Но теперь уже ничего не будет как всегда.
Раздались другие, более легкие, шаги — это Вики тоже отправилась наверх. Возможно, она обнимет Синклера за шею и будет просить его рассказать о своей прогулке по морю.
Энни отругала себя за такие мысли. Разве Синклер был ее собственностью? Она сама устроила эту пытку, она не должна была позволять ему целовать себя. Ах, если бы только можно было повернуть стрелки часов обратно к тому моменту, когда встретились их губы!
— Он один из самых проницательных современных портретистов, но если ты уверен… — донесся с лестницы голос Вики. — Кэтрин, Син не хочет идти с нами. Так что нам придется идти вдвоем.
— Я уже устала твердить ему, что следует больше внимания уделять искусству, но он меня не слушает. А… в какое время у них там открытие?
Энни прислушалась к разговору: они собирались пойти в город на открытие выставки.
Она приготовила обед, пока Кэтрин и Вики собирались. Кэтрин была, как всегда, безупречна: золотистые волосы аккуратно обрамляли узкое лицо, элегантный брючный костюм подчеркивал стройность фигуры.
Вики походила на богиню, только что вставшую с постели, — создание подобного эффекта требовало немалых усилий. Тонкая ткань платья облегала ее стройные бедра, открывая длинные ноги в остроносых полусапожках.
Энни не стала делать никаких сравнений. Зачем ей соревноваться с этими женщинами? Она не играла с ними на одном поле, да никто от нее этого не ожидал. Но… тогда почему ее привычная «униформа» вдруг показалась такой нелепой и скучной?
Когда они ушли, Энни вернулась на кухню. Если Синклер захочет поговорить, он ее найдет. И нашел.
— Я не слышала вас, — пробормотала Энни, когда увидела его стоящим в дверях.
Зачесанные назад волосы, спадающие на лоб мокрыми прядями, серая футболка поло, вылинявшие джинсы, босые ноги. Удивительно, как ему удавалось даже в самой обычной одежде выглядеть чертовски элегантно?
— Послушай, Энни… Насчет того дня. — Синклер нахмурился. — Я не знаю, чем это объяснить…
— Я тоже, — быстро сказала она. — Все произошло так неожиданно.
Он вздохнул с облегчением. Ей почему-то стало больно. Но, по крайней мере, он не собирался вести себя так, будто ничего не случилось.
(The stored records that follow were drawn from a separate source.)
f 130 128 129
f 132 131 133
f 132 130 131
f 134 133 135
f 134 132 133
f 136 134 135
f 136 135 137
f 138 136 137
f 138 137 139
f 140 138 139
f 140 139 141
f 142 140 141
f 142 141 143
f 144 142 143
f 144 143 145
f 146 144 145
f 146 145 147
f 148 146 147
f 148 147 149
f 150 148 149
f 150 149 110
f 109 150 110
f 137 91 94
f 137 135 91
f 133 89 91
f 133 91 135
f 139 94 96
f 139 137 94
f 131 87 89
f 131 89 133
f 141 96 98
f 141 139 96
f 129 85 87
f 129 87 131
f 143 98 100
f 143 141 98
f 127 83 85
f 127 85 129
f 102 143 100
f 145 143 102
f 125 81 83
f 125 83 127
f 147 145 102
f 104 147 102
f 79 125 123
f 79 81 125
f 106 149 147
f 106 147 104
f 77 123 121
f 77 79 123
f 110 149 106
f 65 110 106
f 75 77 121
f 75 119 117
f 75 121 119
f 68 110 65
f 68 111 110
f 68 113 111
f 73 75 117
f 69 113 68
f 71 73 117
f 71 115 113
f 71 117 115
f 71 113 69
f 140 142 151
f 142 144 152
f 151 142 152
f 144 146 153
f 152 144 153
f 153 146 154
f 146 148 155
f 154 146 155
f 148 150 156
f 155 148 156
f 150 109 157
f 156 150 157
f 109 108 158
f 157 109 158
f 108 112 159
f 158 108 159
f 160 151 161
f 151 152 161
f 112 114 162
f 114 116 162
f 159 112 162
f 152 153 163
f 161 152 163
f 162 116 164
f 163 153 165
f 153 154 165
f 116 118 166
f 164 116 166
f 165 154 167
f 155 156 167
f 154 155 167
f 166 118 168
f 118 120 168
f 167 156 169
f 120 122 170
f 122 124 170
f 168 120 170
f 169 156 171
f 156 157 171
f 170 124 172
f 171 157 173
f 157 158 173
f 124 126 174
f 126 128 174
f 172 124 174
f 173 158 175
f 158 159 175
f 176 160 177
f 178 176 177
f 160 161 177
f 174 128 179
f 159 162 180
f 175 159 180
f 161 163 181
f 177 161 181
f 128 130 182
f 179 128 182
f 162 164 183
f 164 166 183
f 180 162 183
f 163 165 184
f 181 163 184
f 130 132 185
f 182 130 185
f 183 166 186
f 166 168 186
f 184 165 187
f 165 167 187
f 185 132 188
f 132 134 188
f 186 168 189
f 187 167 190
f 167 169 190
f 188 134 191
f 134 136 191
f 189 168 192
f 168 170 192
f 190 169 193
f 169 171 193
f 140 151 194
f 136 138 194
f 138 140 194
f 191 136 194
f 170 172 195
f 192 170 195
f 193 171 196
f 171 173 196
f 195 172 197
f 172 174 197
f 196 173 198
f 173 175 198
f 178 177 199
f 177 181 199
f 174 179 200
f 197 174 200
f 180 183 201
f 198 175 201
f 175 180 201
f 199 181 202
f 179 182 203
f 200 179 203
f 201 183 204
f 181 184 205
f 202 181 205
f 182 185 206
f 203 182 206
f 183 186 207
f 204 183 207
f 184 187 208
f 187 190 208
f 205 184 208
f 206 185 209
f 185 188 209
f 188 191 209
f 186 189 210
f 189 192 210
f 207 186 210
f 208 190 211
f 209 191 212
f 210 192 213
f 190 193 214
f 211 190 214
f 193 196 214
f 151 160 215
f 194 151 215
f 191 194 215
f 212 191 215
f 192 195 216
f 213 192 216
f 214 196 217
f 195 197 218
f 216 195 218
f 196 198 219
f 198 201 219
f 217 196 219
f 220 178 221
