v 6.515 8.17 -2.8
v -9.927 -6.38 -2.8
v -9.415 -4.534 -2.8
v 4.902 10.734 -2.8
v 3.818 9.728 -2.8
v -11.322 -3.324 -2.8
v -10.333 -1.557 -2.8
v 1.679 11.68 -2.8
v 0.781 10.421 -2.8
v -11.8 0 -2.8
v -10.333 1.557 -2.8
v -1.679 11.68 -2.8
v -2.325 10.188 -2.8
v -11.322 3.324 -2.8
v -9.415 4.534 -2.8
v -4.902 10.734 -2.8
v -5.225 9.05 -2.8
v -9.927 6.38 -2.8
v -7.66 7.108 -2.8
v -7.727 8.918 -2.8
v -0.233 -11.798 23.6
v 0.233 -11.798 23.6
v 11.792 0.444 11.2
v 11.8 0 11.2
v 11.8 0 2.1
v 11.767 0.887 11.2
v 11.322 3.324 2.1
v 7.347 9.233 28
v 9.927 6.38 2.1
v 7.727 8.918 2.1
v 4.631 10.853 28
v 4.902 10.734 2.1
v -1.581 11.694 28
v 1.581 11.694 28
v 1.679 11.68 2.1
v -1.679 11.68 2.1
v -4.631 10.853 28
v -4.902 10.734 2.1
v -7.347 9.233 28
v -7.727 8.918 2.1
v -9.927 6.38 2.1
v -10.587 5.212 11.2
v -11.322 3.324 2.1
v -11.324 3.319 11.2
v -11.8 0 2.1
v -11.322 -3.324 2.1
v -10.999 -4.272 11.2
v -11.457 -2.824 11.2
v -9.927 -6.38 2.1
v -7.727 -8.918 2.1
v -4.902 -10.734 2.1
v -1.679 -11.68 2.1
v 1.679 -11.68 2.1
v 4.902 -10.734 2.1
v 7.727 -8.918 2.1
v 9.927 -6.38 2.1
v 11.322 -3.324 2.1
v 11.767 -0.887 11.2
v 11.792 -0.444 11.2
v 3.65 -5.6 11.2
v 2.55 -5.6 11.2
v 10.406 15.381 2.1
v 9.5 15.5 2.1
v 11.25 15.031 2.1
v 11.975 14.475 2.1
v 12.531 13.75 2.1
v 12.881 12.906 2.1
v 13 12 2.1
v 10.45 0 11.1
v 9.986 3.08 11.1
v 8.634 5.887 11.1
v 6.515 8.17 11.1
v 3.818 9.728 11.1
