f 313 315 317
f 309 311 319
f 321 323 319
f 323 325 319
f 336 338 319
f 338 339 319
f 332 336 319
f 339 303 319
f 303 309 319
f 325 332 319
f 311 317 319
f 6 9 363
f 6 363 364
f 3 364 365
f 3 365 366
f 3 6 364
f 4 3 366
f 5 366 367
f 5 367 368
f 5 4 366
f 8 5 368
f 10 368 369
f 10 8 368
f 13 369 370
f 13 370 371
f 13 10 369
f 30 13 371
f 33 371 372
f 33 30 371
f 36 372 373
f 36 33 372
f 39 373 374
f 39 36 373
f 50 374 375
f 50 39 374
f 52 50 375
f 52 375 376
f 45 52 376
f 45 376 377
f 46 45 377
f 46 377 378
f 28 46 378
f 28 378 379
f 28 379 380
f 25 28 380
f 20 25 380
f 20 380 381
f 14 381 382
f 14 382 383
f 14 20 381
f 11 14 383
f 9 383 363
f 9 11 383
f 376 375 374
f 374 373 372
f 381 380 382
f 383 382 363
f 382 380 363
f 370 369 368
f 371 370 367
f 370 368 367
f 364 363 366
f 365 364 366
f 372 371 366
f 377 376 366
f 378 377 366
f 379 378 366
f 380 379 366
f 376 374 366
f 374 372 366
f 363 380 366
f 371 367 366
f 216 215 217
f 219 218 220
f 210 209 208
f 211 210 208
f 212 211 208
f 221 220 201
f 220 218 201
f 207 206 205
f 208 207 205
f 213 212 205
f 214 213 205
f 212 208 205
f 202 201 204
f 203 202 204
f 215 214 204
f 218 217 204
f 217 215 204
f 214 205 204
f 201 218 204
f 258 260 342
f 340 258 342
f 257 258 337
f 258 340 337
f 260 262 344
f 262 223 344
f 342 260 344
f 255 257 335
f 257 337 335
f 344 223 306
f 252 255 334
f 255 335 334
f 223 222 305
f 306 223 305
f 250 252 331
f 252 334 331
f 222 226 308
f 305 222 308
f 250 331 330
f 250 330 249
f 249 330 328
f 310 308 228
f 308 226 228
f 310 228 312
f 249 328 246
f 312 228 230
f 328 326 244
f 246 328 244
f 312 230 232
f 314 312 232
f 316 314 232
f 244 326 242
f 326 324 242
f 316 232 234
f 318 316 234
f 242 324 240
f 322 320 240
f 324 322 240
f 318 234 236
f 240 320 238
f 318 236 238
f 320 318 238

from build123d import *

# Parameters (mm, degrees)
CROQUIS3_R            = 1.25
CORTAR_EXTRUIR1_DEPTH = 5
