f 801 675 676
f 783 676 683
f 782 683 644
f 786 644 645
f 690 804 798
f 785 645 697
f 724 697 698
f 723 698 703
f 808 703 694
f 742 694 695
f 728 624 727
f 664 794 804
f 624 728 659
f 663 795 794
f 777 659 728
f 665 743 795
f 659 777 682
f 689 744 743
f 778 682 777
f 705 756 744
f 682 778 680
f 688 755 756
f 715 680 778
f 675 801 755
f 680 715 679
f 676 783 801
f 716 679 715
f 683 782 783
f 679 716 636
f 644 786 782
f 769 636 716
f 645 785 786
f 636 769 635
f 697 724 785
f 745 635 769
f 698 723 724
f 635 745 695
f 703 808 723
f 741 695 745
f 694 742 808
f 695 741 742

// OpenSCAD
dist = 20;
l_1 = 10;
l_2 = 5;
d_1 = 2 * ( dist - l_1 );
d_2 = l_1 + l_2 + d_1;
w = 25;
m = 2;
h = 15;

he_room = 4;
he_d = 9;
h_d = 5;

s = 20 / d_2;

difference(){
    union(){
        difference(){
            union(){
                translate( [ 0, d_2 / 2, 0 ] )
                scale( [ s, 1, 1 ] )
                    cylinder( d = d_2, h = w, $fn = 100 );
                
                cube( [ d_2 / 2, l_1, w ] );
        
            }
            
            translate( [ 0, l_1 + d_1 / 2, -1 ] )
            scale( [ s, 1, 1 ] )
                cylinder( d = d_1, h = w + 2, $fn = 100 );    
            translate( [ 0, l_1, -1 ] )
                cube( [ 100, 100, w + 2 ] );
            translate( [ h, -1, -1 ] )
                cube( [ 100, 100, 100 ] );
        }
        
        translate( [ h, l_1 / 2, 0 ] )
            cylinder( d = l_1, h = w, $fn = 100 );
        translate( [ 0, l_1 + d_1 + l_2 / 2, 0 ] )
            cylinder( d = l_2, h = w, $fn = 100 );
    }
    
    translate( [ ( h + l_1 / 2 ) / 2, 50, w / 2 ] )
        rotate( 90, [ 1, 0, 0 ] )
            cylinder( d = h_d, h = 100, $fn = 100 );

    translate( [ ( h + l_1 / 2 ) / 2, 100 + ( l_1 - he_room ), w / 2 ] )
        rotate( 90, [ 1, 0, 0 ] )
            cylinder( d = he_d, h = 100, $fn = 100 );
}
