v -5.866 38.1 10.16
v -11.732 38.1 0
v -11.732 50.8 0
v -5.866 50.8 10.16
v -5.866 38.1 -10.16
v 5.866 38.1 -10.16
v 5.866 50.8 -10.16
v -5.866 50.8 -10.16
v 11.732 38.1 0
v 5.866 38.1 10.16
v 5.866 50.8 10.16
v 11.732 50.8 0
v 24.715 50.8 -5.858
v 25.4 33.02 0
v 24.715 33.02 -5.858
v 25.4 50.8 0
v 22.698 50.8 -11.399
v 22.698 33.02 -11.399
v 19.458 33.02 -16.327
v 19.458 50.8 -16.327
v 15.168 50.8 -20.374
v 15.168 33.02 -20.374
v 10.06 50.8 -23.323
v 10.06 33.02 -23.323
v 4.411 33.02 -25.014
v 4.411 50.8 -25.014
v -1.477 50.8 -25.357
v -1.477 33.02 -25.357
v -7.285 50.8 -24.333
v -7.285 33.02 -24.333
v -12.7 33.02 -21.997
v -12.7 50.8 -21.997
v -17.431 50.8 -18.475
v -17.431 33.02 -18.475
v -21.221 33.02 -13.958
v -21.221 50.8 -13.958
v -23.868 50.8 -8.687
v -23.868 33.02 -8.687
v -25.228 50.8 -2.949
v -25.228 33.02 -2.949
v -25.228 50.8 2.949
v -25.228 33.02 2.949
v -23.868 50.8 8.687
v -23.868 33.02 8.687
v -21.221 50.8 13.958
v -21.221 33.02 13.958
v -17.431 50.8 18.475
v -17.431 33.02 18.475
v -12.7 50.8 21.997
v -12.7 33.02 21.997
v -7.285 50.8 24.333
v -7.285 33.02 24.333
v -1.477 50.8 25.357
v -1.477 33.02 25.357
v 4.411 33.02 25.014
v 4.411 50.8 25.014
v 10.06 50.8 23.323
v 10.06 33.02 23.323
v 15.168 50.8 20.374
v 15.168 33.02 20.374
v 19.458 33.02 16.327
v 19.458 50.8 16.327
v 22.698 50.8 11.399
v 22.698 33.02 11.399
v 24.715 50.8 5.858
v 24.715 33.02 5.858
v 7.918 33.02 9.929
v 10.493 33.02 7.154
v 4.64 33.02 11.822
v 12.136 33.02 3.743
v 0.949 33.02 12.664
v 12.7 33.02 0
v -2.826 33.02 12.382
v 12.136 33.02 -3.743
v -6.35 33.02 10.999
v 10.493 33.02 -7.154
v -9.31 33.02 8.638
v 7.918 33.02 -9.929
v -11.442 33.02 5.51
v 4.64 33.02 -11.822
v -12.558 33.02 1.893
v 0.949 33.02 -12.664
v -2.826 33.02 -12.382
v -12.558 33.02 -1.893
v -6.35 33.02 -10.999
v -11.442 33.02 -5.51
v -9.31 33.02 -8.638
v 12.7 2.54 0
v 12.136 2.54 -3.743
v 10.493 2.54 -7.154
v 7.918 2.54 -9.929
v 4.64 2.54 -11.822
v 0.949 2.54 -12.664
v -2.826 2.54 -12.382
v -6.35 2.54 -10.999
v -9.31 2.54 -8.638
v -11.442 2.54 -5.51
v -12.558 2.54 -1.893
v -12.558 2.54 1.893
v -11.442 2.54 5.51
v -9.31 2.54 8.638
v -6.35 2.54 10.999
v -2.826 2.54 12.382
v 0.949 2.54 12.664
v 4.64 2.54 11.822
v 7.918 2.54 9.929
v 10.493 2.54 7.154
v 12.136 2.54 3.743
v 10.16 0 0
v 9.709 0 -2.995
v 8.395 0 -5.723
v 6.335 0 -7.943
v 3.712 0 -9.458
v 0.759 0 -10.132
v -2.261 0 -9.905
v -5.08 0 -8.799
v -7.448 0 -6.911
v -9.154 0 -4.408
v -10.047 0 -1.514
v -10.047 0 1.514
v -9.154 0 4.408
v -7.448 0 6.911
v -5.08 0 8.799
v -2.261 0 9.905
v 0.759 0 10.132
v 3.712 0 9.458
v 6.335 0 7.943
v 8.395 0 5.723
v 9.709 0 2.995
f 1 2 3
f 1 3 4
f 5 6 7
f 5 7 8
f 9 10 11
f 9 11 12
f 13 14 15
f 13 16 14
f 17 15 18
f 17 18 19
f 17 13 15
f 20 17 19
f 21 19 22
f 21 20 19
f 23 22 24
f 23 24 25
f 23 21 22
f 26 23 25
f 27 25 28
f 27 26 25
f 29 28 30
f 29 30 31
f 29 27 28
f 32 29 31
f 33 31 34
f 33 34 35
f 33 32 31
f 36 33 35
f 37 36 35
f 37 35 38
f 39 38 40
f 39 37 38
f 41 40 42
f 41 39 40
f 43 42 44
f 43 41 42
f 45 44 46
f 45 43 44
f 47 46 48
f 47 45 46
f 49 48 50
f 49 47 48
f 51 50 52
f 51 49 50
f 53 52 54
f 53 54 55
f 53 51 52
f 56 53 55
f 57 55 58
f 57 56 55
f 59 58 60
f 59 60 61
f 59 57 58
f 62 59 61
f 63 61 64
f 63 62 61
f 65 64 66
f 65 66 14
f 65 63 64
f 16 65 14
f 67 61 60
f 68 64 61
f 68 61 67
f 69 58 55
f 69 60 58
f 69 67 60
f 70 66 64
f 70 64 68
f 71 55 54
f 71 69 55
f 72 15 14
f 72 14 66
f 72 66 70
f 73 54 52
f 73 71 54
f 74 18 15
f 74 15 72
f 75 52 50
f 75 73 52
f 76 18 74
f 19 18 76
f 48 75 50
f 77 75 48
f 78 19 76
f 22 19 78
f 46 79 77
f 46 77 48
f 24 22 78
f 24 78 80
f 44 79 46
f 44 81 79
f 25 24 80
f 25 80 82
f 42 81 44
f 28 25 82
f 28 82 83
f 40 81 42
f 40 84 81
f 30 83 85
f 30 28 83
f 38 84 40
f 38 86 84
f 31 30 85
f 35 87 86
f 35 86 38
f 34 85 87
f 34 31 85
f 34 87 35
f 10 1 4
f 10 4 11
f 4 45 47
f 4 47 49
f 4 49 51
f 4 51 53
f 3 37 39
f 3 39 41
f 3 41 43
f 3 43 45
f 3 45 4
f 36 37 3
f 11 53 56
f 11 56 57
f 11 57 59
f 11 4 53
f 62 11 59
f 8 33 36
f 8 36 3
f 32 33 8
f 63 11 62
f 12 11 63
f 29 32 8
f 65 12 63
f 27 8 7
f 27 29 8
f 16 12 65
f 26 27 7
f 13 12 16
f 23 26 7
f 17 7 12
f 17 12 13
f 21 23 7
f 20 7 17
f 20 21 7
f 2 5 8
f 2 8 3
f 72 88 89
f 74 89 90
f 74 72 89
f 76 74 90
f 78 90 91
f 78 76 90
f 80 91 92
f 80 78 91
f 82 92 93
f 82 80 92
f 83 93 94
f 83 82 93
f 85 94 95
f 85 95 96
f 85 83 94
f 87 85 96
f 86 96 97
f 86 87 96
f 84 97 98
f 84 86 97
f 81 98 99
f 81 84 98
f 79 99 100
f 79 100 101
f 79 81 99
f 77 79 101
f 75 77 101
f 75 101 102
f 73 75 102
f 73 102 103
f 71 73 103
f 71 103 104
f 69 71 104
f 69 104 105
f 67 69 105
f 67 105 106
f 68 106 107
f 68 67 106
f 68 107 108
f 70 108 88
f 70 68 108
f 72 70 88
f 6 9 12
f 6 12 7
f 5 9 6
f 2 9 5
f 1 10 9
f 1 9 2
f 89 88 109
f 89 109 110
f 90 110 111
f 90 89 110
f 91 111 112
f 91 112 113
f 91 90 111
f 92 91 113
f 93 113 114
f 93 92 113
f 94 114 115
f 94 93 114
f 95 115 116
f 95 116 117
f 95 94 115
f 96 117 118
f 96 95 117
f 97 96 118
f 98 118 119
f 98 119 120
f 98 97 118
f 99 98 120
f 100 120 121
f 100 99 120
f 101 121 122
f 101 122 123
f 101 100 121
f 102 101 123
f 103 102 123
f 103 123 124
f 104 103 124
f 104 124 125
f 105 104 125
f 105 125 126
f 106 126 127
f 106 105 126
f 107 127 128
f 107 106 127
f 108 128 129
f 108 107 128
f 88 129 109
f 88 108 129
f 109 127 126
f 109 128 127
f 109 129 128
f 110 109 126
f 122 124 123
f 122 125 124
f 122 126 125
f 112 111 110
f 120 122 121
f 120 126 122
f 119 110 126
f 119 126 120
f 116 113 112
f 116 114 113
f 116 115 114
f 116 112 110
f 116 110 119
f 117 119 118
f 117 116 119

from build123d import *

# Parameters (mm, degrees)
F2_SIZE  = 2.54
F4_DEPTH = 12.7


with BuildPart() as f1:
    # F0 (on Top) → F1 (revolve)
    with BuildSketch(Plane.XY):
        Polygon((0, 50.8), (0, 0), (12.7, 0), (12.7, 33.02), (25.4, 33.02), (25.4, 50.8), align=None)
    revolve(axis=Axis((0, 25.4, 0), (0, 1, 0)))

    # F2
    f2_edges = [f1.edges().sort_by_distance(p)[0] for p in [
        (-12.7, 0, 0),
    ]]
    chamfer(f2_edges, length=F2_SIZE)

    # F3 (on face) → F4 (cut)
    with BuildSketch(Plane(origin=(0, 50.8, 0), x_dir=(-1, 0, 0), z_dir=(0, 1, 0))):
        Polygon((-5.865879, 10.16), (-11.731757, 0), (-5.865879, -10.16), (5.865879, -10.16), (11.731757, 0), (5.865879, 10.16), align=None)
    extrude(amount=-F4_DEPTH, mode=Mode.SUBTRACT)


solid = f1.part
— Думаю, нам обоим нужно просто забыть об этом, — произнес он.
— Конечно. — Она отчаянно пыталась сделать вид, что и сама считает так же.
Теперь Синклер мог спокойно уйти — они заключили договор. Но он не шевелился. Стоял в дверях, загораживая проход в коридор.
— Ты очень милая девушка, Энни.
О нет, только не это. Только не дурацкие речи типа «не расстраивайся, милая, что ты не можешь меня заинтересовать как какого-нибудь олуха».
— Вы тоже очень милый. — Энни поморщилась.
— Ну, это вряд ли. — Синклер потер грудь, и этот жест напомнил ей, какие сильные мышцы скрывались у него под рубашкой.
В его глазах вдруг отразилась боль. О чем он думал? О бывших женах? Последняя наговорила о нем кучу гадостей, когда решила, что их брак оказался достаточно долгим, чтобы можно было потребовать алименты.
— Я знаю, вы не хотели… этого. — Энни даже не могла сказать чего.
Они не «занимались любовью» и не «спали вместе». У них был секс. Тем не менее она не могла заставить себя выговорить это слово.
— И вам жаль, что все так случилось.
— Да.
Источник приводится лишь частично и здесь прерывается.